[Saved entries]
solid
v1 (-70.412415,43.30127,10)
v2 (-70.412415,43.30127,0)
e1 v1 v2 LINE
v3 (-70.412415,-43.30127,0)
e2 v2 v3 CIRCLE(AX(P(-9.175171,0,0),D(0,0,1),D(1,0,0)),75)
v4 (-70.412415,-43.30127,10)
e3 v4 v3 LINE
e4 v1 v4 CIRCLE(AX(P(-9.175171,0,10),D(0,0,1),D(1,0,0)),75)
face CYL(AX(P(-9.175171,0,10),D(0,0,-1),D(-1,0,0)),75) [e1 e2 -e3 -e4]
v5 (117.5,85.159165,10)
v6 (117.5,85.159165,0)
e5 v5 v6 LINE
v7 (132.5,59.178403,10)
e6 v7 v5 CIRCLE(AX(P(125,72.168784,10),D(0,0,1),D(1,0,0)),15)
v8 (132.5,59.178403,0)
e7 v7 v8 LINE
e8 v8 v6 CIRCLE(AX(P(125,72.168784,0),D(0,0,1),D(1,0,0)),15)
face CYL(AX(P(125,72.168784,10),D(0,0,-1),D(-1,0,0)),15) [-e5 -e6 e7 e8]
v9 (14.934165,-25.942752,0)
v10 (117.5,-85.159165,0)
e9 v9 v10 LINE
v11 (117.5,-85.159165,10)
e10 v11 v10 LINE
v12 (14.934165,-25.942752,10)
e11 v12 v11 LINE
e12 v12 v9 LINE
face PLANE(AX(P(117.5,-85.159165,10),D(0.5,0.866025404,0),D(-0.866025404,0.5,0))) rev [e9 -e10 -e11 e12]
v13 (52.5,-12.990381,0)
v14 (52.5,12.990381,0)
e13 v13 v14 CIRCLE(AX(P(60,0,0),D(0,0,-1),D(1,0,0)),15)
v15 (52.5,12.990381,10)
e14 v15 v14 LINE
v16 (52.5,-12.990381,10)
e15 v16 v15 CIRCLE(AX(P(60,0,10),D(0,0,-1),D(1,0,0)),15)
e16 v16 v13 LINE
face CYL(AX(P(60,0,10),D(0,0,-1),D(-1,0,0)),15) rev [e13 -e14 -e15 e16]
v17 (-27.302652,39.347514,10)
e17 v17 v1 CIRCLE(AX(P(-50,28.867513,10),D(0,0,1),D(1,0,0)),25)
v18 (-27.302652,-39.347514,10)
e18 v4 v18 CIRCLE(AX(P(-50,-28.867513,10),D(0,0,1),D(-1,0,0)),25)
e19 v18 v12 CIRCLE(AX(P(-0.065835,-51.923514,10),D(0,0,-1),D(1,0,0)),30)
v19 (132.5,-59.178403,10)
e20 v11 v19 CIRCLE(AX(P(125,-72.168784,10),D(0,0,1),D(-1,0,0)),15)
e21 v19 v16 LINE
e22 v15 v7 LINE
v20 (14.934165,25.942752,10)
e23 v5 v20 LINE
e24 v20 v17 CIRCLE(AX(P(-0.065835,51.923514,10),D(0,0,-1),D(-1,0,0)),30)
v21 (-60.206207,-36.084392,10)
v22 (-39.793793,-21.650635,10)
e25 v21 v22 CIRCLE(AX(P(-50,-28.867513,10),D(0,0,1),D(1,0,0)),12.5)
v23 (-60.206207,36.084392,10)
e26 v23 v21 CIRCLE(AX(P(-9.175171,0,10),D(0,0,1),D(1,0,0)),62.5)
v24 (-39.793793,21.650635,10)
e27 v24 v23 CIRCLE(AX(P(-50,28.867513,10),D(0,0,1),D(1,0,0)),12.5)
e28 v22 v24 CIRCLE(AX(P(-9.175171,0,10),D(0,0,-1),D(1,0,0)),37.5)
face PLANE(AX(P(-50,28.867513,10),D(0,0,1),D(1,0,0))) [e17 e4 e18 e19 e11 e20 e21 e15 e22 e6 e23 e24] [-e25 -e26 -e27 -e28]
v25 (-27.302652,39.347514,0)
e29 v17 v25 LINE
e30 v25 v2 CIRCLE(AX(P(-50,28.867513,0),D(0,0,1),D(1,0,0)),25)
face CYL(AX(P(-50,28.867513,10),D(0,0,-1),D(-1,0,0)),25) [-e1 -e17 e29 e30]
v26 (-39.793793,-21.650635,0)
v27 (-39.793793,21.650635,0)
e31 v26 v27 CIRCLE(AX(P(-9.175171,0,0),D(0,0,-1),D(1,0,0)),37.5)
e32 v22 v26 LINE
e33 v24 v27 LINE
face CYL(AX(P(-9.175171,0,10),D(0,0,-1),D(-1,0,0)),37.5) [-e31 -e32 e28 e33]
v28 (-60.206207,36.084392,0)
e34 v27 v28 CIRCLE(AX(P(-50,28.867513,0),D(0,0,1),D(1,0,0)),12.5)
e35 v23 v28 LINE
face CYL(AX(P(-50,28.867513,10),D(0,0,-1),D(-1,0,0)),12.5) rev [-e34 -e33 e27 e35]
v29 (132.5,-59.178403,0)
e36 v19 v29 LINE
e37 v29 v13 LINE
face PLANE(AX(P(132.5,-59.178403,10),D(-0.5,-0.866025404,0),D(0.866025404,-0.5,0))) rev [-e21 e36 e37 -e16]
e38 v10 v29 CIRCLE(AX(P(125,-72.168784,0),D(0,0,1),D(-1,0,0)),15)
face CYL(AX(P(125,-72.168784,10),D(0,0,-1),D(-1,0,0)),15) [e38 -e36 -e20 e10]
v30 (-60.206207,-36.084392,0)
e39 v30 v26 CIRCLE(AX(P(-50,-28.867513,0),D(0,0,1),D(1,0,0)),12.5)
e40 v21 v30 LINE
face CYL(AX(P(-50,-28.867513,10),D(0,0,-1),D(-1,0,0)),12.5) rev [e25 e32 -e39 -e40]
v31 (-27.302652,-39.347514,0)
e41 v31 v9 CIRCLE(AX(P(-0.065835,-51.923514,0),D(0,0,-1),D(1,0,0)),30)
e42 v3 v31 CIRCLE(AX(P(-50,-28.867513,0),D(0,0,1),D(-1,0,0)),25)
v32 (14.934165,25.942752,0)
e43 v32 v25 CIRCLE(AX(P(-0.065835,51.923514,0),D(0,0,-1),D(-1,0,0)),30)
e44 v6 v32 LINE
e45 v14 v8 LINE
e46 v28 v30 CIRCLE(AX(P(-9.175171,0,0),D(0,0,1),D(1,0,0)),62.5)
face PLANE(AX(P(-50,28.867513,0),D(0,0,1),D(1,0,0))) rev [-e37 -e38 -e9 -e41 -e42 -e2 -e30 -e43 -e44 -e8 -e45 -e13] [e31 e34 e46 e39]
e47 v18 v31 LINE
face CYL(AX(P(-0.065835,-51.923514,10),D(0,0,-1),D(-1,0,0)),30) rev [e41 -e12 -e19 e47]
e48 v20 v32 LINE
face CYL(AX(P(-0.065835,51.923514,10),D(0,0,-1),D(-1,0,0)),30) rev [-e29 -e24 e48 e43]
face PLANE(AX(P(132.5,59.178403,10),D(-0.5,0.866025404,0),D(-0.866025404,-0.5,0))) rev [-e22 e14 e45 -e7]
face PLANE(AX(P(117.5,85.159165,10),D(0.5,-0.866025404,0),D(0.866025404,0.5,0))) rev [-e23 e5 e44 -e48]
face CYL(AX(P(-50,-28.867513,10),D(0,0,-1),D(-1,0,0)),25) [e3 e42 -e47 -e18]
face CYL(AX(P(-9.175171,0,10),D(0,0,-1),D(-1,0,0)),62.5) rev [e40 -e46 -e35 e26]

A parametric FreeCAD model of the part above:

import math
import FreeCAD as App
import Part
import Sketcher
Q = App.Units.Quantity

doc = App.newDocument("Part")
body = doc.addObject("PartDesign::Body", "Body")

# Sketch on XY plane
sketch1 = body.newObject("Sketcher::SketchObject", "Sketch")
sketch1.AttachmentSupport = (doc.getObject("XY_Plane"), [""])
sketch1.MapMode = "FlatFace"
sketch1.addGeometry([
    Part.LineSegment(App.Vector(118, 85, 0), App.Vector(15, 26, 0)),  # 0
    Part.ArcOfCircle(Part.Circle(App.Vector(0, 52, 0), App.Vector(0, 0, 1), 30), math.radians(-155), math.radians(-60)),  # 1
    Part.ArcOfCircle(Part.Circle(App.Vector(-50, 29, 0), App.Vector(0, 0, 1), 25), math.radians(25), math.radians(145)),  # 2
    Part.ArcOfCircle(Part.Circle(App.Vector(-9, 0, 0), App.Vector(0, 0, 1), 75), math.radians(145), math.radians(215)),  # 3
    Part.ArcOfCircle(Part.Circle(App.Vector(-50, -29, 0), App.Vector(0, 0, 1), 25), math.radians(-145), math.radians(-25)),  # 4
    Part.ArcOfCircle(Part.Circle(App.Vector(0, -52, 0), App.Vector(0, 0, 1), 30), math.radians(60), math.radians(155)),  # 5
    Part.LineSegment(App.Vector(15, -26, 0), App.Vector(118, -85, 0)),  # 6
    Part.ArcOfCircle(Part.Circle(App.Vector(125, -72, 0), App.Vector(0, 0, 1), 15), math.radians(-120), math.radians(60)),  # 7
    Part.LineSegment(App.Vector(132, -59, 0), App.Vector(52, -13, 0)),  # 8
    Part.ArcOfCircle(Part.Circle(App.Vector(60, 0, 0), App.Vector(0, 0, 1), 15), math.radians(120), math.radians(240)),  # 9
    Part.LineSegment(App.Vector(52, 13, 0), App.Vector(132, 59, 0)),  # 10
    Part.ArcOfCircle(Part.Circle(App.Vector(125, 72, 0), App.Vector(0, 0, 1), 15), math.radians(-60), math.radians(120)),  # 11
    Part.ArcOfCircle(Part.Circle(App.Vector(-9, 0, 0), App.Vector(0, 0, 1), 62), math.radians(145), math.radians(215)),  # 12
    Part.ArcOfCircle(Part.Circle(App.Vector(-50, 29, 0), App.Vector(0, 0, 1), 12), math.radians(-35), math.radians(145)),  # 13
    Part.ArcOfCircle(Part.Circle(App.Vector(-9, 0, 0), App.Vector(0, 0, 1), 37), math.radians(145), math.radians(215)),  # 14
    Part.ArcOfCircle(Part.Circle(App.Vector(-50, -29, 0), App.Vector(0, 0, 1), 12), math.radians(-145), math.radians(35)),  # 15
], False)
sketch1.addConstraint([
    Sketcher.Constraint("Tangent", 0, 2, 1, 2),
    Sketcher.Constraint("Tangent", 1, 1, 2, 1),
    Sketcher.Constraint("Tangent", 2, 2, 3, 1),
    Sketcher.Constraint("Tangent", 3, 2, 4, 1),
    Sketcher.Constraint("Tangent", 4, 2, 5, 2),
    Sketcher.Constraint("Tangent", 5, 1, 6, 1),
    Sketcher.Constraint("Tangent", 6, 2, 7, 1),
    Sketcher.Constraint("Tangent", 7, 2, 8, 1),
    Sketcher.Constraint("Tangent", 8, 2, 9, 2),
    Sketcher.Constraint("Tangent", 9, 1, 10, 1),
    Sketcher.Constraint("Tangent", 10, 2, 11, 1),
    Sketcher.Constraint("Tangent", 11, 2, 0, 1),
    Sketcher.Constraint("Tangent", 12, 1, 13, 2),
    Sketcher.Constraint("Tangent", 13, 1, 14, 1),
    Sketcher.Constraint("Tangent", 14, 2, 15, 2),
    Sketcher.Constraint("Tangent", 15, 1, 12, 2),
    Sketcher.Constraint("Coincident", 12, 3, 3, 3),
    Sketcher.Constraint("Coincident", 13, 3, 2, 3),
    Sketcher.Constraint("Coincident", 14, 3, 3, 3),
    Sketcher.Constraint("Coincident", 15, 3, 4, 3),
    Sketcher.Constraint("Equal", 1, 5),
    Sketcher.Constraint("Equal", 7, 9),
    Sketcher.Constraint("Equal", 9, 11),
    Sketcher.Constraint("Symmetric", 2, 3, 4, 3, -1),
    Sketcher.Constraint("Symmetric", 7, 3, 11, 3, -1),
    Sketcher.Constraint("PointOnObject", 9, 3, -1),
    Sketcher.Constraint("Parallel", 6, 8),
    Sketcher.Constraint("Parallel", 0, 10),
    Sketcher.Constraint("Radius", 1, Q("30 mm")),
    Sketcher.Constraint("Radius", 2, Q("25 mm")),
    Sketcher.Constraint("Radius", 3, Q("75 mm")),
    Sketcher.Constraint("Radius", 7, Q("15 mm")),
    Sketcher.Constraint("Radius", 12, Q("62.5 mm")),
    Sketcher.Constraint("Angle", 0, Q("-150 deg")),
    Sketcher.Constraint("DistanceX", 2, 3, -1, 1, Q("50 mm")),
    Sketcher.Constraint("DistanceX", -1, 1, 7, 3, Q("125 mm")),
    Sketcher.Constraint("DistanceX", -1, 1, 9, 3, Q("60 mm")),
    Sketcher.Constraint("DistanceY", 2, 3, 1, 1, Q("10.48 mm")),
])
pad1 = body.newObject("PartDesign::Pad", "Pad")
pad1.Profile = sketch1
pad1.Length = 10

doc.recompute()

- TASK GOAL -
Output only the lines from the top of the entries through the one holding "e4 v1 v4 CIRCLE(AX(P(-9.175171,0,10),D(0,0,1),D(1,0,0)),75)", copied exactly.

- YOUR SOLUTION -
solid
v1 (-70.412415,43.30127,10)
v2 (-70.412415,43.30127,0)
e1 v1 v2 LINE
v3 (-70.412415,-43.30127,0)
e2 v2 v3 CIRCLE(AX(P(-9.175171,0,0),D(0,0,1),D(1,0,0)),75)
v4 (-70.412415,-43.30127,10)
e3 v4 v3 LINE
e4 v1 v4 CIRCLE(AX(P(-9.175171,0,10),D(0,0,1),D(1,0,0)),75)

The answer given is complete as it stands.